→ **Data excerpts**
++++++++

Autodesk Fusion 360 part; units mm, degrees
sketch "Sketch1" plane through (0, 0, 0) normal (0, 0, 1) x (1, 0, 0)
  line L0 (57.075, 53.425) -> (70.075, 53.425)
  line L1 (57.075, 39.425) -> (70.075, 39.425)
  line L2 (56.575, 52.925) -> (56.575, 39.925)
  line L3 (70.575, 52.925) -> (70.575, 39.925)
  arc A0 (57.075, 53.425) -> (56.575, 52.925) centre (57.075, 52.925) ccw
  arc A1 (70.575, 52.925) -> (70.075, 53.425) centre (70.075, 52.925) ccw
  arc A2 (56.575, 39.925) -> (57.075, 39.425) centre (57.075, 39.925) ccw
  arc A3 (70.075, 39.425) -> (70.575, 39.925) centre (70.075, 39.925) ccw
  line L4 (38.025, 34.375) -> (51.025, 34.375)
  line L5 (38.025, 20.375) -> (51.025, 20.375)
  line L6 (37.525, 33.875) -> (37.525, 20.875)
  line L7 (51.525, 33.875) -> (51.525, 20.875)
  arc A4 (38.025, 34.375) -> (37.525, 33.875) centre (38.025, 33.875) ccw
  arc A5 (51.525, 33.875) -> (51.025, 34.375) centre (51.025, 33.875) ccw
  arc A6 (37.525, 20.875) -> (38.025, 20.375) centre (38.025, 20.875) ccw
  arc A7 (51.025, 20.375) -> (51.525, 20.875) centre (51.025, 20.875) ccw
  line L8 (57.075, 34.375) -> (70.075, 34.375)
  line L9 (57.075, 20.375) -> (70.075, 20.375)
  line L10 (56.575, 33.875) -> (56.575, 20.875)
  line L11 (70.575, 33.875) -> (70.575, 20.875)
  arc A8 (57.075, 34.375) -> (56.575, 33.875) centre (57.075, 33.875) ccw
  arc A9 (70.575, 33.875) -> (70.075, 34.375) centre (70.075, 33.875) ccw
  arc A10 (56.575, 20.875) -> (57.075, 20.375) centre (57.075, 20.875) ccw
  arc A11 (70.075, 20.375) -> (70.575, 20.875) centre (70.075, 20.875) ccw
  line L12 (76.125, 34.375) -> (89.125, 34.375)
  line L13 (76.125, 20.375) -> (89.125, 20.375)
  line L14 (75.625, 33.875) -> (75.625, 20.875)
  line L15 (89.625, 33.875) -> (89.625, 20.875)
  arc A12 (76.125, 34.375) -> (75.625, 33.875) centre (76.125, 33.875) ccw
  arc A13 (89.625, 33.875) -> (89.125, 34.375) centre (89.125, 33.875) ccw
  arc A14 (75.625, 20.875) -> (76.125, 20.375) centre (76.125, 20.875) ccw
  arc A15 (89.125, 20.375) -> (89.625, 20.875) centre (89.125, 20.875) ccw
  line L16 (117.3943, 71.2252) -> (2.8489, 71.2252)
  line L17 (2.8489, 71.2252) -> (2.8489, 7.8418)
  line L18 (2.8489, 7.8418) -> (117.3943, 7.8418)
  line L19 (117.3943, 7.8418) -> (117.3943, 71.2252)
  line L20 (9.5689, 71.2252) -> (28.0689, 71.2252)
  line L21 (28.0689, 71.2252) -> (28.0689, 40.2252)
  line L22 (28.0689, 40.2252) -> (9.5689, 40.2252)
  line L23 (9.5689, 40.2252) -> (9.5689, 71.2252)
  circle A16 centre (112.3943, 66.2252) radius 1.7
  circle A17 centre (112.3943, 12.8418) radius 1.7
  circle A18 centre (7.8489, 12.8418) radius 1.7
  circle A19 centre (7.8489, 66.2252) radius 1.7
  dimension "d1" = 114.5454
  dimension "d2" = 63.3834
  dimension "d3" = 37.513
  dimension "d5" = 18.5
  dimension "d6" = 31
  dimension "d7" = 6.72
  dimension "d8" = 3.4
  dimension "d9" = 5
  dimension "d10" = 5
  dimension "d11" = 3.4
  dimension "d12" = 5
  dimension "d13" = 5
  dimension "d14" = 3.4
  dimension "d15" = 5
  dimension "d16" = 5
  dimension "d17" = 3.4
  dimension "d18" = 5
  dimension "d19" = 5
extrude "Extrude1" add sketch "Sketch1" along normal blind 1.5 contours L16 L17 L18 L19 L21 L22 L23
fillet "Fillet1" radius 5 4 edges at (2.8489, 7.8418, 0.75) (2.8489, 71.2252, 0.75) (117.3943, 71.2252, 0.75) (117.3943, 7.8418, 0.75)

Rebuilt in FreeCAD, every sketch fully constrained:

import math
import FreeCAD as App
import Part
import Sketcher

V = App.Vector


def edges_at(feature, points):
    """Names of the edges that pass closest to the given points."""
    edges = feature.Shape.Edges
    near = lambda p: min(range(len(edges)), key=lambda i: edges[i].distToShape(Part.Vertex(*p))[0])
    return sorted({f"Edge{near(p) + 1}" for p in points})


def add_polygon(sketch, points):
    """Adds a closed chain of lines whose ends are joined by coincident constraints."""
    first, n = sketch.GeometryCount, len(points)
    for a, b in zip(points, points[1:] + points[:1]):
        sketch.addGeometry(Part.LineSegment(App.Vector(*a, 0), App.Vector(*b, 0)), False)
    for i in range(n):
        sketch.addConstraint(Sketcher.Constraint("Coincident", first + i, 2, first + (i + 1) % n, 1))

doc = App.newDocument("Part")
body = doc.addObject("PartDesign::Body", "Body")

# Sketch on XY plane
sketch1 = body.newObject("Sketcher::SketchObject", "Sketch")
sketch1.AttachmentSupport = (doc.getObject("XY_Plane"), [""])
sketch1.MapMode = "FlatFace"
add_polygon(sketch1, [(117.4, 7.8), (117.4, 71.2), (28.1, 71.2), (28.1, 40.2), (9.6, 40.2), (9.6, 71.2), (2.8, 71.2), (2.8, 7.8)])  # lines 0-7
sketch1.addGeometry(Part.Circle(V(7.8, 12.8, 0), V(0, 0, 1), 1.7), False)  # 8
sketch1.addGeometry(Part.ArcOfCircle(Part.Circle(V(38, 33.9, 0), V(0, 0, 1), 0.5), math.radians(90), math.radians(180)), False)  # 9
sketch1.addGeometry(Part.LineSegment(V(38, 34.4, 0), V(51, 34.4, 0)), False)  # 10
sketch1.addGeometry(Part.ArcOfCircle(Part.Circle(V(51, 33.9, 0), V(0, 0, 1), 0.5), math.radians(0), math.radians(90)), False)  # 11
sketch1.addGeometry(Part.LineSegment(V(51.5, 33.9, 0), V(51.5, 20.9, 0)), False)  # 12
sketch1.addGeometry(Part.ArcOfCircle(Part.Circle(V(51, 20.9, 0), V(0, 0, 1), 0.5), math.radians(-90), math.radians(0)), False)  # 13
sketch1.addGeometry(Part.LineSegment(V(51, 20.4, 0), V(38, 20.4, 0)), False)  # 14
sketch1.addGeometry(Part.ArcOfCircle(Part.Circle(V(38, 20.9, 0), V(0, 0, 1), 0.5), math.radians(180), math.radians(270)), False)  # 15
sketch1.addGeometry(Part.LineSegment(V(37.5, 20.9, 0), V(37.5, 33.9, 0)), False)  # 16
sketch1.addGeometry(Part.Circle(V(112.4, 12.8, 0), V(0, 0, 1), 1.7), False)  # 17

++++++++

All of the entries above need to be output again exactly.

Autodesk Fusion 360 part; units mm, degrees
sketch "Sketch1" plane through (0, 0, 0) normal (0, 0, 1) x (1, 0, 0)
  line L0 (57.075, 53.425) -> (70.075, 53.425)
  line L1 (57.075, 39.425) -> (70.075, 39.425)
  line L2 (56.575, 52.925) -> (56.575, 39.925)
  line L3 (70.575, 52.925) -> (70.575, 39.925)
  arc A0 (57.075, 53.425) -> (56.575, 52.925) centre (57.075, 52.925) ccw
  arc A1 (70.575, 52.925) -> (70.075, 53.425) centre (70.075, 52.925) ccw
  arc A2 (56.575, 39.925) -> (57.075, 39.425) centre (57.075, 39.925) ccw
  arc A3 (70.075, 39.425) -> (70.575, 39.925) centre (70.075, 39.925) ccw
  line L4 (38.025, 34.375) -> (51.025, 34.375)
  line L5 (38.025, 20.375) -> (51.025, 20.375)
  line L6 (37.525, 33.875) -> (37.525, 20.875)
  line L7 (51.525, 33.875) -> (51.525, 20.875)
  arc A4 (38.025, 34.375) -> (37.525, 33.875) centre (38.025, 33.875) ccw
  arc A5 (51.525, 33.875) -> (51.025, 34.375) centre (51.025, 33.875) ccw
  arc A6 (37.525, 20.875) -> (38.025, 20.375) centre (38.025, 20.875) ccw
  arc A7 (51.025, 20.375) -> (51.525, 20.875) centre (51.025, 20.875) ccw
  line L8 (57.075, 34.375) -> (70.075, 34.375)
  line L9 (57.075, 20.375) -> (70.075, 20.375)
  line L10 (56.575, 33.875) -> (56.575, 20.875)
  line L11 (70.575, 33.875) -> (70.575, 20.875)
  arc A8 (57.075, 34.375) -> (56.575, 33.875) centre (57.075, 33.875) ccw
  arc A9 (70.575, 33.875) -> (70.075, 34.375) centre (70.075, 33.875) ccw
  arc A10 (56.575, 20.875) -> (57.075, 20.375) centre (57.075, 20.875) ccw
  arc A11 (70.075, 20.375) -> (70.575, 20.875) centre (70.075, 20.875) ccw
  line L12 (76.125, 34.375) -> (89.125, 34.375)
  line L13 (76.125, 20.375) -> (89.125, 20.375)
  line L14 (75.625, 33.875) -> (75.625, 20.875)
  line L15 (89.625, 33.875) -> (89.625, 20.875)
  arc A12 (76.125, 34.375) -> (75.625, 33.875) centre (76.125, 33.875) ccw
  arc A13 (89.625, 33.875) -> (89.125, 34.375) centre (89.125, 33.875) ccw
  arc A14 (75.625, 20.875) -> (76.125, 20.375) centre (76.125, 20.875) ccw
  arc A15 (89.125, 20.375) -> (89.625, 20.875) centre (89.125, 20.875) ccw
  line L16 (117.3943, 71.2252) -> (2.8489, 71.2252)
  line L17 (2.8489, 71.2252) -> (2.8489, 7.8418)
  line L18 (2.8489, 7.8418) -> (117.3943, 7.8418)
  line L19 (117.3943, 7.8418) -> (117.3943, 71.2252)
  line L20 (9.5689, 71.2252) -> (28.0689, 71.2252)
  line L21 (28.0689, 71.2252) -> (28.0689, 40.2252)
  line L22 (28.0689, 40.2252) -> (9.5689, 40.2252)
  line L23 (9.5689, 40.2252) -> (9.5689, 71.2252)
  circle A16 centre (112.3943, 66.2252) radius 1.7
  circle A17 centre (112.3943, 12.8418) radius 1.7
  circle A18 centre (7.8489, 12.8418) radius 1.7
  circle A19 centre (7.8489, 66.2252) radius 1.7
  dimension "d1" = 114.5454
  dimension "d2" = 63.3834
  dimension "d3" = 37.513
  dimension "d5" = 18.5
  dimension "d6" = 31
  dimension "d7" = 6.72
  dimension "d8" = 3.4
  dimension "d9" = 5
  dimension "d10" = 5
  dimension "d11" = 3.4
  dimension "d12" = 5
  dimension "d13" = 5
  dimension "d14" = 3.4
  dimension "d15" = 5
  dimension "d16" = 5
  dimension "d17" = 3.4
  dimension "d18" = 5
  dimension "d19" = 5
extrude "Extrude1" add sketch "Sketch1" along normal blind 1.5 contours L16 L17 L18 L19 L21 L22 L23
fillet "Fillet1" radius 5 4 edges at (2.8489, 7.8418, 0.75) (2.8489, 71.2252, 0.75) (117.3943, 71.2252, 0.75) (117.3943, 7.8418, 0.75)

Rebuilt in FreeCAD, every sketch fully constrained:

import math
import FreeCAD as App
import Part
import Sketcher

V = App.Vector


def edges_at(feature, points):
    """Names of the edges that pass closest to the given points."""
    edges = feature.Shape.Edges
    near = lambda p: min(range(len(edges)), key=lambda i: edges[i].distToShape(Part.Vertex(*p))[0])
    return sorted({f"Edge{near(p) + 1}" for p in points})


def add_polygon(sketch, points):
    """Adds a closed chain of lines whose ends are joined by coincident constraints."""
    first, n = sketch.GeometryCount, len(points)
    for a, b in zip(points, points[1:] + points[:1]):
        sketch.addGeometry(Part.LineSegment(App.Vector(*a, 0), App.Vector(*b, 0)), False)
    for i in range(n):
        sketch.addConstraint(Sketcher.Constraint("Coincident", first + i, 2, first + (i + 1) % n, 1))

doc = App.newDocument("Part")
body = doc.addObject("PartDesign::Body", "Body")

# Sketch on XY plane
sketch1 = body.newObject("Sketcher::SketchObject", "Sketch")
sketch1.AttachmentSupport = (doc.getObject("XY_Plane"), [""])
sketch1.MapMode = "FlatFace"
add_polygon(sketch1, [(117.4, 7.8), (117.4, 71.2), (28.1, 71.2), (28.1, 40.2), (9.6, 40.2), (9.6, 71.2), (2.8, 71.2), (2.8, 7.8)])  # lines 0-7
sketch1.addGeometry(Part.Circle(V(7.8, 12.8, 0), V(0, 0, 1), 1.7), False)  # 8
sketch1.addGeometry(Part.ArcOfCircle(Part.Circle(V(38, 33.9, 0), V(0, 0, 1), 0.5), math.radians(90), math.radians(180)), False)  # 9
sketch1.addGeometry(Part.LineSegment(V(38, 34.4, 0), V(51, 34.4, 0)), False)  # 10
sketch1.addGeometry(Part.ArcOfCircle(Part.Circle(V(51, 33.9, 0), V(0, 0, 1), 0.5), math.radians(0), math.radians(90)), False)  # 11
sketch1.addGeometry(Part.LineSegment(V(51.5, 33.9, 0), V(51.5, 20.9, 0)), False)  # 12
sketch1.addGeometry(Part.ArcOfCircle(Part.Circle(V(51, 20.9, 0), V(0, 0, 1), 0.5), math.radians(-90), math.radians(0)), False)  # 13
sketch1.addGeometry(Part.LineSegment(V(51, 20.4, 0), V(38, 20.4, 0)), False)  # 14
sketch1.addGeometry(Part.ArcOfCircle(Part.Circle(V(38, 20.9, 0), V(0, 0, 1), 0.5), math.radians(180), math.radians(270)), False)  # 15
sketch1.addGeometry(Part.LineSegment(V(37.5, 20.9, 0), V(37.5, 33.9, 0)), False)  # 16
sketch1.addGeometry(Part.Circle(V(112.4, 12.8, 0), V(0, 0, 1), 1.7), False)  # 17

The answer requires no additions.